Hacker News new | ask | show | jobs
by 0binbrain 3447 days ago
I believe that the key point here is that as adversarial networks compete against each other repeatedly they eventually will converge on a Nash Equilibrium.

Nash Equilibrium from Wikipedia: "Amy is making the best decision she can, taking into account Phil's decision while Phil's decision remains unchanged, and Phil is making the best decision he can, taking into account Amy's decision while Amy's decision remains unchanged."

At the point this happens, a stable solution exists which is almost like saying that we have made the most rational decision given the information we had. Nash was novel in this theory to say that if the participants were rational they would converge on an equilibrium and not get lost in endless recursion. Endless recursion being something like participants endlessly guessing the other opponent move... If Amy knows Phil knows Amy knows Phil knows Amy knows Phil... Obviously it would be problematic for DL to plunge into infinite recursion.

I like to think of the Nash Equilibrium as a balanced teeter totter. When the teeter totter becomes off balanced rational systems will relearn to balance the odds again based the properties of risk (what Nash referred to as utility I believe). Once they do so, they once again converge on an equilibrium.

2 comments

The problem with statement "as adversarial networks compete against each other repeatedly they eventually will converge on a Nash Equilibrium" is that they often won't, and a big problem with training GANs is to ensure that they converge.

Intuitively, what can happen is that one of the problems is simpler to learn than another, and when one of the "players" becomes overwhelmingly good, then the other part of the network stops receiving useful feedback and is unable to find out a direction for improvement, the learning stops. A "sufficiently smart" method would be able to go to a Nash equilibrium even in this case, but current GAN methods can not, so you need to take steps to ensure that it doesn't happen - e.g. extra normalization or less training for the "simpler to learn" component.

It's not enough to train the "adversarial" networks to compete during each inference, on a meta-level you must ensure a form of cooperation to ensure that they are effective teachers for each other during the learning process. For a real life analogy, there's a difference between effective behavior during combat and effective behavior during sparring.
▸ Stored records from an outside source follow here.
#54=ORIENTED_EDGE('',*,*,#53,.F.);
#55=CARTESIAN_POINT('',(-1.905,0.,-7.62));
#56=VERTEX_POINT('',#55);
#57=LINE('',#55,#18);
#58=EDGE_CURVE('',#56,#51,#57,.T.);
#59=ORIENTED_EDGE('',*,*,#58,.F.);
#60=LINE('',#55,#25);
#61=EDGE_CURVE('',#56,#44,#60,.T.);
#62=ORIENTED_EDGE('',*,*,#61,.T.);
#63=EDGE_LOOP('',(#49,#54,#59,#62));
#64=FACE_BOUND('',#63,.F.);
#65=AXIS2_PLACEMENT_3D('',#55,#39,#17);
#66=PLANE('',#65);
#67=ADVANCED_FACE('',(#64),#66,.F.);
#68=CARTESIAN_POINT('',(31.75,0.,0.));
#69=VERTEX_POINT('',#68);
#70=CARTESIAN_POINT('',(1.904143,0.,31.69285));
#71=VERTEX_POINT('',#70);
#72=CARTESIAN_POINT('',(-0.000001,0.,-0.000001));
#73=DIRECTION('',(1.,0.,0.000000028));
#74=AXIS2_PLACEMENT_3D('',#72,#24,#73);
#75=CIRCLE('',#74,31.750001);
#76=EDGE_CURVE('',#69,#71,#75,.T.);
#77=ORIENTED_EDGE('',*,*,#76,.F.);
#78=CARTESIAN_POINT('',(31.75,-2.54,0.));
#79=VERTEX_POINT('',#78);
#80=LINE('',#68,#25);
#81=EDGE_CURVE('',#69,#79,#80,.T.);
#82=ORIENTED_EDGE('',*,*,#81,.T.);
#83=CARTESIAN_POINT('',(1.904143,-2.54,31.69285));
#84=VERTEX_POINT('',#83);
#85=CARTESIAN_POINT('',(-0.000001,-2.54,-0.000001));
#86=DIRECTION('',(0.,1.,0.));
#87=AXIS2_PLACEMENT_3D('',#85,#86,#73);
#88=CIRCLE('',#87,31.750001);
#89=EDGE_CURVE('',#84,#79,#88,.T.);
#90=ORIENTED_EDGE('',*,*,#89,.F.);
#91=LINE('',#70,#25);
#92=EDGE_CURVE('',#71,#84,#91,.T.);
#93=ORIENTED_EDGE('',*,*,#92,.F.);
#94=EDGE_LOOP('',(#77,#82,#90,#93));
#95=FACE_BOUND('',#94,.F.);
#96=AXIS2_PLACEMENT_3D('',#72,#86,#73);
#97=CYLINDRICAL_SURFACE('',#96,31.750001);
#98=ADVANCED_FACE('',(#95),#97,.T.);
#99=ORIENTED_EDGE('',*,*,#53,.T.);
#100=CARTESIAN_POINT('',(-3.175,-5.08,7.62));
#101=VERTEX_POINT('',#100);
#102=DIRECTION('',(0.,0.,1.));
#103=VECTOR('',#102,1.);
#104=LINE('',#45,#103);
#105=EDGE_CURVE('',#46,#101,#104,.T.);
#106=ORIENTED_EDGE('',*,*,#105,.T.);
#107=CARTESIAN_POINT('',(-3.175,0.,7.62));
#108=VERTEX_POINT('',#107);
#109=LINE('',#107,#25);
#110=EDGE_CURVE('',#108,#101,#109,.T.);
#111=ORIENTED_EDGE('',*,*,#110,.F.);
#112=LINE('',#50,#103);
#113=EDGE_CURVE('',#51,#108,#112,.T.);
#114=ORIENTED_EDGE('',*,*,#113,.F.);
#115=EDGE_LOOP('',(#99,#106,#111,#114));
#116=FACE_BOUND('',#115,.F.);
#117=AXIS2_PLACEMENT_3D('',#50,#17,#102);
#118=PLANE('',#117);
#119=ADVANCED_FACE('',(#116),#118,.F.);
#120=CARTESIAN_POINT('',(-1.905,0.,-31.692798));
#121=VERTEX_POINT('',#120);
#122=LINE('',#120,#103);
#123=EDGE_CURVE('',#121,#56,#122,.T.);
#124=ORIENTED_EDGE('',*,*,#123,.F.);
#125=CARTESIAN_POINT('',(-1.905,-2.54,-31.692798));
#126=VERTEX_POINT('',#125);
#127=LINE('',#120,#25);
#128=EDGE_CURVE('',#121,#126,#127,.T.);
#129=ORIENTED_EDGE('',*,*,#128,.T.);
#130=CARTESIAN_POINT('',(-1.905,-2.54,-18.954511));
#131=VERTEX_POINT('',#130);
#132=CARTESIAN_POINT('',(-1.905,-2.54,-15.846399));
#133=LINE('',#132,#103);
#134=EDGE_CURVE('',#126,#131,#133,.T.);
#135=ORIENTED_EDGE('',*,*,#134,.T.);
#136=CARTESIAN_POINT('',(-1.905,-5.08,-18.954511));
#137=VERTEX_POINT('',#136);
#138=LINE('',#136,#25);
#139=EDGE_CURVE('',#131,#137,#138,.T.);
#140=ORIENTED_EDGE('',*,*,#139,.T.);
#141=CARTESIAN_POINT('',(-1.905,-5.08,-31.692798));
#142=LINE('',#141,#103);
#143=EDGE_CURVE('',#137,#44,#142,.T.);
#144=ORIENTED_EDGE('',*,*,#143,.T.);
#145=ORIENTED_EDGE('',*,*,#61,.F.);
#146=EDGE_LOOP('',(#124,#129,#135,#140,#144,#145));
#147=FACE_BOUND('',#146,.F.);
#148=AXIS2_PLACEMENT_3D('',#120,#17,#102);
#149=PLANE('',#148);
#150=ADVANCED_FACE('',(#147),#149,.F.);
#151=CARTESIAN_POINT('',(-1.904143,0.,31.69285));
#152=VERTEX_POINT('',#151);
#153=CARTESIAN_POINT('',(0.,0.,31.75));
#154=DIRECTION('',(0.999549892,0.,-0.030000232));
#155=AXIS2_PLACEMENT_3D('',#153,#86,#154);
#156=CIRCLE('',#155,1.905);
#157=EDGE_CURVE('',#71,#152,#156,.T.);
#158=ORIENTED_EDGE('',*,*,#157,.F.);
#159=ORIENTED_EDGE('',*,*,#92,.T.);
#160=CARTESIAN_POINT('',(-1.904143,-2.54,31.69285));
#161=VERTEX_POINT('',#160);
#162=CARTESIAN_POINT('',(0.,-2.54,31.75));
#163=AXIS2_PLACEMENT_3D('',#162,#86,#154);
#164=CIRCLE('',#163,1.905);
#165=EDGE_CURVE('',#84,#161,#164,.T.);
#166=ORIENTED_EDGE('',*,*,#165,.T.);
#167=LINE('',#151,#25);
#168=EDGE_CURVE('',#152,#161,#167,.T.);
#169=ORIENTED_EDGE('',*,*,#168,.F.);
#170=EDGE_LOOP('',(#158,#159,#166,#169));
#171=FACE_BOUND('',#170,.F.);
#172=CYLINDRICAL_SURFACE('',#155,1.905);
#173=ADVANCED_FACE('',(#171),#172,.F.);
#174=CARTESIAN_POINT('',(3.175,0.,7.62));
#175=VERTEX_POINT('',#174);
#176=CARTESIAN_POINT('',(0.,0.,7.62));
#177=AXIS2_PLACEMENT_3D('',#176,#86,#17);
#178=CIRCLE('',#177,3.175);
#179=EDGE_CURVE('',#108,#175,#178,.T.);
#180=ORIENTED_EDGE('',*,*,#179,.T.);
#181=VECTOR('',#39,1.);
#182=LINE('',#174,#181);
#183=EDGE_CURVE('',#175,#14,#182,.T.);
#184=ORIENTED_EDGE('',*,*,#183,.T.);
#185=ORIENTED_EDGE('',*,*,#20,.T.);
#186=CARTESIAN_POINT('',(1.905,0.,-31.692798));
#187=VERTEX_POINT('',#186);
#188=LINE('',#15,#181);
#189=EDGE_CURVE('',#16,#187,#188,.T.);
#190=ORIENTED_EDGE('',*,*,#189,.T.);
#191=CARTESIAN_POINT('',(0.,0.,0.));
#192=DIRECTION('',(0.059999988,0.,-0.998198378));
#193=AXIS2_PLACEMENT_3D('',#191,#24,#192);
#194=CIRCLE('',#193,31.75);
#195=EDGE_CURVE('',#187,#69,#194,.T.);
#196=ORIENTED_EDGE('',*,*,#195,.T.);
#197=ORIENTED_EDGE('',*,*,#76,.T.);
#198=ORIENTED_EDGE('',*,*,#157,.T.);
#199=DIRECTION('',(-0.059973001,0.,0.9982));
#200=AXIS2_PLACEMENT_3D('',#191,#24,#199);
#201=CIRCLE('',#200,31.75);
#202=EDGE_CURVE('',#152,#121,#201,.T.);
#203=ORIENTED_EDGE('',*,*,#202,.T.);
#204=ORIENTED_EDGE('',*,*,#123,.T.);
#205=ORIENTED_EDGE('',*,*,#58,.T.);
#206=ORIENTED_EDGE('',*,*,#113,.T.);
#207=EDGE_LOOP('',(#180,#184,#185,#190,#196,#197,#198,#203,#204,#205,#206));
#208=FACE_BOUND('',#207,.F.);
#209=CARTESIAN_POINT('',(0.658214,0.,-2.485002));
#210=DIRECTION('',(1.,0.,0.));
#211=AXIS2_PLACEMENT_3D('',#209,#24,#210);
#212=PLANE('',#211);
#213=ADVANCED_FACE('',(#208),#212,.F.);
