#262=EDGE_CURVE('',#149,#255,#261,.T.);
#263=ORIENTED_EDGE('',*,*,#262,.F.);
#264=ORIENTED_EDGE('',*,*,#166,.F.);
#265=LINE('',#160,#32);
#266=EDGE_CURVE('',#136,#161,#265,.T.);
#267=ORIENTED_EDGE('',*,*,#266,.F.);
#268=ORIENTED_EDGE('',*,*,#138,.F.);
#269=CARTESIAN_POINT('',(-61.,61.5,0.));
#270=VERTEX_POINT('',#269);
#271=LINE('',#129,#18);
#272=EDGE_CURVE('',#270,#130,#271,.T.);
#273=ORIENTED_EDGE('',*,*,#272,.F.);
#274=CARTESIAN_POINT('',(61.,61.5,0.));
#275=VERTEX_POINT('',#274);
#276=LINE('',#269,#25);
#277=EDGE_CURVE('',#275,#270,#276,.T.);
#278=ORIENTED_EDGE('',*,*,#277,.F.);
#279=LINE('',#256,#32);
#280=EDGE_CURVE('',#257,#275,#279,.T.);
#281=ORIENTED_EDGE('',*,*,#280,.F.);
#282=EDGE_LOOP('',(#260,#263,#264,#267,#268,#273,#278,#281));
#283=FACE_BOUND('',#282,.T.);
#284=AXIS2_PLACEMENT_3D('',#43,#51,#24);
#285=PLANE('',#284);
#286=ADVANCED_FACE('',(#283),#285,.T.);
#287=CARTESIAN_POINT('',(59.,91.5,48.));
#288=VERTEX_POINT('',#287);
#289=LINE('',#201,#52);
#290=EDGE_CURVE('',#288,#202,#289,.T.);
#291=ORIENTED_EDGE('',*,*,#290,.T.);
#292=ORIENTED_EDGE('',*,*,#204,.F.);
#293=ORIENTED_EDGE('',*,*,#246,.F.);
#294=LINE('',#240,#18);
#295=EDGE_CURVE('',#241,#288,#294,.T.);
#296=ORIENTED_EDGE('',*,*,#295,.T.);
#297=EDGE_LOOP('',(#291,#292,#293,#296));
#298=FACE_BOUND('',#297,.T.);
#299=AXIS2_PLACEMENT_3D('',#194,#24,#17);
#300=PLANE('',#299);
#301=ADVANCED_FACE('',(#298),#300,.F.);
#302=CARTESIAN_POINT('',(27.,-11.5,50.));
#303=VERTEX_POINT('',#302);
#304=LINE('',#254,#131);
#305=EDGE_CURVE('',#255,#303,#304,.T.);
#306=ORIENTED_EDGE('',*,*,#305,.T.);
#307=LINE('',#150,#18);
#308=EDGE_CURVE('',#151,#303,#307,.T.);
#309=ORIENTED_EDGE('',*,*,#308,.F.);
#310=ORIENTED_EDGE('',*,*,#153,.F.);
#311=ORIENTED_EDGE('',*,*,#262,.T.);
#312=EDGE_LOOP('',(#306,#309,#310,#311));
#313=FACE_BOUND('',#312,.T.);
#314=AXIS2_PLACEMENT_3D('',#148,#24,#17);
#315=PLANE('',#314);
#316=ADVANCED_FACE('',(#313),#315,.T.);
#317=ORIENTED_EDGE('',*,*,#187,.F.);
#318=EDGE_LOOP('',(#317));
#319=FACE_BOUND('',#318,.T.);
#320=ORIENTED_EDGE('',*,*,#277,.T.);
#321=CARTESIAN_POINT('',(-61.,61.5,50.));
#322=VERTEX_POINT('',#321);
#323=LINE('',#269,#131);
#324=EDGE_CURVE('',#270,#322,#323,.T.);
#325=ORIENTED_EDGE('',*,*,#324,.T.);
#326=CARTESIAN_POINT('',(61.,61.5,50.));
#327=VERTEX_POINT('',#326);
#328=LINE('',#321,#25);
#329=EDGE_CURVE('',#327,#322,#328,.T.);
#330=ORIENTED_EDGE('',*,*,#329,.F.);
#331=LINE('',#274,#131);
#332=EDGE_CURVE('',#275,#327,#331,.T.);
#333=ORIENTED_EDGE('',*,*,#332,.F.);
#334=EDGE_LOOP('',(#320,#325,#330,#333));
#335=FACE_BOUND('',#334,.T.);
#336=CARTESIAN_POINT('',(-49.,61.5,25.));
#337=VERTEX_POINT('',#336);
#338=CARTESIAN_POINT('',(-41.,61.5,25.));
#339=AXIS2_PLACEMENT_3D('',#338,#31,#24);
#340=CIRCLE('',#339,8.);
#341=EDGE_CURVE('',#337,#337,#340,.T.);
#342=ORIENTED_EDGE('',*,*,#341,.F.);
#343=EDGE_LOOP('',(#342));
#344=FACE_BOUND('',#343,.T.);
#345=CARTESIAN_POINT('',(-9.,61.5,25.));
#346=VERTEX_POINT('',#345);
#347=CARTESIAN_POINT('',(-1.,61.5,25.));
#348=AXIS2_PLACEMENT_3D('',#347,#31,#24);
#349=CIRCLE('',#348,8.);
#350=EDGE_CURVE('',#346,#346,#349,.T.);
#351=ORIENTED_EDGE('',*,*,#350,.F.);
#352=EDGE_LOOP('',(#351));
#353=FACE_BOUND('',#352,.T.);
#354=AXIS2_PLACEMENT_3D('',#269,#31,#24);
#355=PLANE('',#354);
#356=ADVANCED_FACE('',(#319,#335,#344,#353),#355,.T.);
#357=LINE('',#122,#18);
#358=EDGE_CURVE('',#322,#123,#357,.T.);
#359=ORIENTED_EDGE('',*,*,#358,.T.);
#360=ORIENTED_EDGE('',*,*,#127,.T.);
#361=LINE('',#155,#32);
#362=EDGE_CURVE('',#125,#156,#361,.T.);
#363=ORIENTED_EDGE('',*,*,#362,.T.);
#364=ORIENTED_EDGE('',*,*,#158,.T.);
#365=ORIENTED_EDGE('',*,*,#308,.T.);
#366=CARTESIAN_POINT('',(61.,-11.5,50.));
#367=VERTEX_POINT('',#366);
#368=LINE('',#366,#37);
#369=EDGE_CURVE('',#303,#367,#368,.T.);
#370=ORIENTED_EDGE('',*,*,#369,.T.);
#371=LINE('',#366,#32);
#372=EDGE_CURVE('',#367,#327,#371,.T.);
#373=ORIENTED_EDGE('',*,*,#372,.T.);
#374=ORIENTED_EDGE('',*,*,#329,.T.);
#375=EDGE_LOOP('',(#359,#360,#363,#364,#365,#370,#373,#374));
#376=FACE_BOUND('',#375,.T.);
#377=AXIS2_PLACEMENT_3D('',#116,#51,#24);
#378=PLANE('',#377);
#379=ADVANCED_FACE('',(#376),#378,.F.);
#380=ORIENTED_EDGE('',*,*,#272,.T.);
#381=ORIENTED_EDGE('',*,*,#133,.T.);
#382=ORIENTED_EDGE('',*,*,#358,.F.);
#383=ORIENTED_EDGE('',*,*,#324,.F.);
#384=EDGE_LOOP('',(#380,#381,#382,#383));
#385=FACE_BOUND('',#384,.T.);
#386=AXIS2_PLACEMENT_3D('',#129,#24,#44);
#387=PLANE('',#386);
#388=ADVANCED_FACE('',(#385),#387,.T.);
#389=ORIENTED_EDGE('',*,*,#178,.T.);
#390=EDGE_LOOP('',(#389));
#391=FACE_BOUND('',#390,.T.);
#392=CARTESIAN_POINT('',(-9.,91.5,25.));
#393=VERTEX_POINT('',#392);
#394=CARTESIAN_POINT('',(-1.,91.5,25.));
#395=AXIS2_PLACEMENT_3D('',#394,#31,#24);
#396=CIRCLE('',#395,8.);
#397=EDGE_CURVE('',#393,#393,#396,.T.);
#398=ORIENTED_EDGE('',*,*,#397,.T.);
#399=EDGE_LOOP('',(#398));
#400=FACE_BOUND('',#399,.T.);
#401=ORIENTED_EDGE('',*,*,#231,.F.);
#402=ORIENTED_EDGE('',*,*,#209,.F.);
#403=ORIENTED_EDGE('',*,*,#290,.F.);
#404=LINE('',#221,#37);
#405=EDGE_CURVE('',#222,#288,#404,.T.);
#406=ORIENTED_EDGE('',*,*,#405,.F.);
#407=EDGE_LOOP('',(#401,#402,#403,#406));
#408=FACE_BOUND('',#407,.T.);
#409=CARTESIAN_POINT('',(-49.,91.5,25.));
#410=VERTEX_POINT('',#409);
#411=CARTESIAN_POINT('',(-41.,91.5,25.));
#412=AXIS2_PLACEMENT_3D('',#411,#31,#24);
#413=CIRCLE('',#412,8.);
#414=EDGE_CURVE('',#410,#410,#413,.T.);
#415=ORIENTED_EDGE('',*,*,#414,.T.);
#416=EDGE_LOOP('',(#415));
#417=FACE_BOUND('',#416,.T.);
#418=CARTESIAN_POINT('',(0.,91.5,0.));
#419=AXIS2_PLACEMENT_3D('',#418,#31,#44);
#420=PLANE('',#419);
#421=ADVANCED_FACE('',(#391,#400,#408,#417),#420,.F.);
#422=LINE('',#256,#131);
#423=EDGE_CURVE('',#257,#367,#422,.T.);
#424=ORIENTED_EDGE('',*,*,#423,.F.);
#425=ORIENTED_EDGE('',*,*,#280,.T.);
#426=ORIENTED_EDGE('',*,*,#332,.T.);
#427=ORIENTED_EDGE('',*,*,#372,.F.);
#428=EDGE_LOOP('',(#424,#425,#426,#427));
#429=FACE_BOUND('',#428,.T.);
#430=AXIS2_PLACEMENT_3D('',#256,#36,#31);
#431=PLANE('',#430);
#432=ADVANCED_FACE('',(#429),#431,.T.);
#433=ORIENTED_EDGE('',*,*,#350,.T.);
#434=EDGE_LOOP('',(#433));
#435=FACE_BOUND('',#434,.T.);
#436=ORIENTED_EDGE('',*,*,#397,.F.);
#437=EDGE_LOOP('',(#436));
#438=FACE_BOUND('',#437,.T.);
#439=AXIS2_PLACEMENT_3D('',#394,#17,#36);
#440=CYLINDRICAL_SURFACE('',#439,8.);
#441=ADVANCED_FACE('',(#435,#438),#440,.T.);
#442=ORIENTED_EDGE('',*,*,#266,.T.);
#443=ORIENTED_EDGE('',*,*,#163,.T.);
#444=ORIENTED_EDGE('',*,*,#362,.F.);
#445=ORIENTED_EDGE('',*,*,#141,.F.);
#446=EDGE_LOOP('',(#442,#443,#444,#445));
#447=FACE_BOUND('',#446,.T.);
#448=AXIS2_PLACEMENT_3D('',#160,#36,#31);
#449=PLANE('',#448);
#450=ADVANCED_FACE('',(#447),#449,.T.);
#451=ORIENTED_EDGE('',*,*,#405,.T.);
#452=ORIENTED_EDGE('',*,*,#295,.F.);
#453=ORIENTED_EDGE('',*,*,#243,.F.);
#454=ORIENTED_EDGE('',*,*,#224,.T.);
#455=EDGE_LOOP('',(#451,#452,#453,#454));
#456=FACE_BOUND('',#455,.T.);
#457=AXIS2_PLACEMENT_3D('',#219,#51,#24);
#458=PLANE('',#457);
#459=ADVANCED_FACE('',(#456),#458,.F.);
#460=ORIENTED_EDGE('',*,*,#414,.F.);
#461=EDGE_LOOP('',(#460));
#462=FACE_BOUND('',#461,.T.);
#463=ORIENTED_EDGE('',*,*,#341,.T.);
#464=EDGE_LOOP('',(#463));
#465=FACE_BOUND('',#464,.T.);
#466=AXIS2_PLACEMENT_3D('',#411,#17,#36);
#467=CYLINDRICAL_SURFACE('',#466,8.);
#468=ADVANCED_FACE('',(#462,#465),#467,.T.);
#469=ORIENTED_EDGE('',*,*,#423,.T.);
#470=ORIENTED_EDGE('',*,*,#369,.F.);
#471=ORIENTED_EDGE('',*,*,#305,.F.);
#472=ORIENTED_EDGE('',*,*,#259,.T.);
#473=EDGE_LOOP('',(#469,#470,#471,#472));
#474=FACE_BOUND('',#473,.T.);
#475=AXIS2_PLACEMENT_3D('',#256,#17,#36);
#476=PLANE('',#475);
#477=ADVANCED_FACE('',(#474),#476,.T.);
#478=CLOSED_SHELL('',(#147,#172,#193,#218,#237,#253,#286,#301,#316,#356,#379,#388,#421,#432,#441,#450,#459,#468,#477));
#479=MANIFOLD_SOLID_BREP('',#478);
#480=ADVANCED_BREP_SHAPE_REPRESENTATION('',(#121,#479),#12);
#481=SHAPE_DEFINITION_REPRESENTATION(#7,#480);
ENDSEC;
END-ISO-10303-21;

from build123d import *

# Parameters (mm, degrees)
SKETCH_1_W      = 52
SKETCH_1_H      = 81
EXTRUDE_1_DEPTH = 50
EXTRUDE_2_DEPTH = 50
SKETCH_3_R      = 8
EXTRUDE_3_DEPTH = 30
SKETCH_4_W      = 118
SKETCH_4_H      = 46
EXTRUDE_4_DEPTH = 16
Yeah, makes sense. It seems like when a network stops providing useful adversarial feedback that in and of itself is a learning experience for the smarter network. While it didn't reach an equilibrium it now knows it's at least smarter then the other guy. I feel like it should be able to use that experience of winning to beat the next guy.

It seems like for AI a perfect equilibrium wouldn't be easy to reach, its often hard for the human brain to reach one after all. It'd be the fact that an equilbrium exists though and that it's trained to find it that generates the knowledge along the way. Kinda like a journey not the destination learning method. I'm just theorizing though.

Doesn't the caveat at the end of your citation from Wikipedia prevent endless recursion? Both players assume that the other player will not change their decision.